ちょっとこの賢者様は何してるのですか?!
「違うと言っても聞いてくれそうにありませんね。
ですがご学友がティアナの意思を曲げようとするのはどうなのでしょうか?」
「だから許婚だと……」
「ふむ? ティアナが信用できない許婚ですか?」
「貴様!」
「ちょ、ちょっとお待ちください! ヴェルター!?」
「おっとっと……ティアナがいくら軽くとも、いきなり飛びつかれては倒れてしまいますよ」
揺らぐ素振りもないくせに、何でそうあちこちを煽るんですか!?
わたしの貴族関係に亀裂が……あれ、もしかしてあんまり入りませんか……?
フルラネット家はヴァルプルギス家と縁を結ばなくても十分な力がありますし、そもそも両家とも良好な関係です。

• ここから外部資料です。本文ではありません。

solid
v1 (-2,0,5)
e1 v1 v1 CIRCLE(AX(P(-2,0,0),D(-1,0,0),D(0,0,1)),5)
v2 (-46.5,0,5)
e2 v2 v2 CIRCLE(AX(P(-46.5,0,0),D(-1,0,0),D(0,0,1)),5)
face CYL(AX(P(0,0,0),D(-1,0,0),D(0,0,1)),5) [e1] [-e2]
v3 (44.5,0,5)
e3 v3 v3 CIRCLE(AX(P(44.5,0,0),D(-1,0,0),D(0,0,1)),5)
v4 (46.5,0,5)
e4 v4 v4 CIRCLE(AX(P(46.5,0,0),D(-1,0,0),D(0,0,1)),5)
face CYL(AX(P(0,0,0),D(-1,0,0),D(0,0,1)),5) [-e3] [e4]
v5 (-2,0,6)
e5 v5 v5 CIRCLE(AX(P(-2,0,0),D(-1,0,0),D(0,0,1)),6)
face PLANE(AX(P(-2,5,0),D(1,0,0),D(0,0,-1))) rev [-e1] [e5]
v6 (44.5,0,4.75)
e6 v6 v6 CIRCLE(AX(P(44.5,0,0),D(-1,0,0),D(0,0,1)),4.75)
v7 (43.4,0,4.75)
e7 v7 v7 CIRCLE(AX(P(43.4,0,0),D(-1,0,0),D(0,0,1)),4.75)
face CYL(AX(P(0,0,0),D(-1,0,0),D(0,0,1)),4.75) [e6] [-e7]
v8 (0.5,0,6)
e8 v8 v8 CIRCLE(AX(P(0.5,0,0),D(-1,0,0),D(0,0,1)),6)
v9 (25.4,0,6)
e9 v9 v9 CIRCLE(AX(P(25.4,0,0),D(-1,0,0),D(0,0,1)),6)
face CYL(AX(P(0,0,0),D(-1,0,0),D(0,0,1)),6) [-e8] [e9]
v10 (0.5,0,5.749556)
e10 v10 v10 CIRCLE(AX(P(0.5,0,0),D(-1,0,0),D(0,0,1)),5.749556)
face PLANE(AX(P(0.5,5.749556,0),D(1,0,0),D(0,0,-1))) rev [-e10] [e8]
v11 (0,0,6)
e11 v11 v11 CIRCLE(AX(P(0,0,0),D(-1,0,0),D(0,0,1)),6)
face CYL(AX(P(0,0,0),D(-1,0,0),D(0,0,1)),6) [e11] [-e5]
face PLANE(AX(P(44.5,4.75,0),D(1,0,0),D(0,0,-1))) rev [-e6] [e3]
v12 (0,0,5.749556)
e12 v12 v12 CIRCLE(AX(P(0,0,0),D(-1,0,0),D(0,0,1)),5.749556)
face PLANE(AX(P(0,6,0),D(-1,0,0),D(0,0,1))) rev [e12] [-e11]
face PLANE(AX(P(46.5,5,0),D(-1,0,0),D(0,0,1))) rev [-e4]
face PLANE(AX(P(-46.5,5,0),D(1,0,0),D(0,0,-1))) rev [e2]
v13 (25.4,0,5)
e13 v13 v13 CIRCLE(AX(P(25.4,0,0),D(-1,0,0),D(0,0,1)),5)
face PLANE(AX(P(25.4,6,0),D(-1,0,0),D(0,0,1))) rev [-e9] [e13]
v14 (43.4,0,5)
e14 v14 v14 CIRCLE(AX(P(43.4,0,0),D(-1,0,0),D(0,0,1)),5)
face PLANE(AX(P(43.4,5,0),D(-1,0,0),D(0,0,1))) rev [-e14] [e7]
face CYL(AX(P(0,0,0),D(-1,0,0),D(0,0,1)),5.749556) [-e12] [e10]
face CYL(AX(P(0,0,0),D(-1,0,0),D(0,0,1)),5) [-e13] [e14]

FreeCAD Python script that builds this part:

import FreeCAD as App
import Part
import Sketcher
from FreeCAD import Vector
Q = App.Units.Quantity


def add_polygon(sketch, points):
    """Adds a closed chain of lines whose ends are joined by coincident constraints."""
    first, n = sketch.GeometryCount, len(points)
    for a, b in zip(points, points[1:] + points[:1]):
        sketch.addGeometry(Part.LineSegment(App.Vector(*a, 0), App.Vector(*b, 0)), False)
    for i in range(n):
        sketch.addConstraint(Sketcher.Constraint("Coincident", first + i, 2, first + (i + 1) % n, 1))

doc = App.newDocument("Part")
body = doc.addObject("PartDesign::Body", "Body")

# Sketch on XY plane
sketch1 = body.newObject("Sketcher::SketchObject", "Sketch")
sketch1.AttachmentSupport = (doc.getObject("XY_Plane"), [""])
sketch1.MapMode = "FlatFace"
add_polygon(sketch1, [(-2, 6), (-2, 5), (-46.5, 5), (-46.5, 0), (46.5, 0), (46.5, 5), (44.5, 5), (44.5, 4.75), (43.4, 4.75), (43.4, 5), (25.4, 5), (25.4, 6), (0.5, 6), (0.5, 5.75), (0, 5.75), (0, 6)])  # lines 0-15
sketch1.addConstraint(Sketcher.Constraint("Vertical", 0))
sketch1.addConstraint(Sketcher.Constraint("Horizontal", 1))
sketch1.addConstraint(Sketcher.Constraint("Vertical", 2))
sketch1.addConstraint(Sketcher.Constraint("Horizontal", 3))
sketch1.addConstraint(Sketcher.Constraint("Vertical", 4))
sketch1.addConstraint(Sketcher.Constraint("Horizontal", 5))
sketch1.addConstraint(Sketcher.Constraint("Vertical", 6))
sketch1.addConstraint(Sketcher.Constraint("Horizontal", 7))
sketch1.addConstraint(Sketcher.Constraint("Vertical", 8))
sketch1.addConstraint(Sketcher.Constraint("Horizontal", 9))
sketch1.addConstraint(Sketcher.Constraint("Vertical", 10))
sketch1.addConstraint(Sketcher.Constraint("Horizontal", 11))
sketch1.addConstraint(Sketcher.Constraint("Vertical", 12))
sketch1.addConstraint(Sketcher.Constraint("Horizontal", 13))
sketch1.addConstraint(Sketcher.Constraint("Vertical", 14))
sketch1.addConstraint(Sketcher.Constraint("Horizontal", 15))
sketch1.addConstraint(Sketcher.Constraint("Symmetric", 2, 2, 3, 2, -1, 1))
sketch1.addConstraint(Sketcher.Constraint("PointOnObject", 13, 2, -2))
sketch1.addConstraint(Sketcher.Constraint("Horizontal", 1, 2, 4, 2))
sketch1.addConstraint(Sketcher.Constraint("Horizontal", 5, 2, 8, 2))
sketch1.addConstraint(Sketcher.Constraint("Horizontal", 11, 2, 14, 2))
sketch1.addConstraint(Sketcher.Constraint("Equal", 5, 15))
sketch1.addConstraint(Sketcher.Constraint("DistanceX", 3, 1, 3, 2, Q("93 mm")))
sketch1.addConstraint(Sketcher.Constraint("DistanceX", 5, 2, 5, 1, Q("2 mm")))
sketch1.addConstraint(Sketcher.Constraint("DistanceX", 9, 2, 9, 1, Q("18 mm")))
sketch1.addConstraint(Sketcher.Constraint("DistanceY", 0, 2, 0, 1, Q("1 mm")))
sketch1.addConstraint(Sketcher.Constraint("DistanceY", 2, 2, 2, 1, Q("5 mm")))
sketch1.addConstraint(Sketcher.Constraint("DistanceX", 7, 2, 7, 1, Q("1.1 mm")))
sketch1.addConstraint(Sketcher.Constraint("DistanceX", 11, 2, 11, 1, Q("24.9 mm")))
sketch1.addConstraint(Sketcher.Constraint("DistanceY", 6, 2, 6, 1, Q("0.25 mm")))
sketch1.addConstraint(Sketcher.Constraint("DistanceY", 12, 2, 12, 1, Q("0.250444 mm")))
revolution = body.newObject("PartDesign::Revolution", "Revolution")
revolution.Profile = sketch1
revolution.ReferenceAxis = (sketch1, ["H_Axis"])
revolution.Angle = 360

doc.recompute()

むしろわたしを押し付けられるより、他国や他家と縁を結んだ方が良いかもしれません。
アミルカーレ様は次期当主ですし。
ですが、それはわたしの話。
召喚したと明かせない以上、一般人が貴族に逆らうのは危なすぎます!
もう手遅れかもしれませんが、わたしの謝罪で何とかことを収め……られるんでしょうか?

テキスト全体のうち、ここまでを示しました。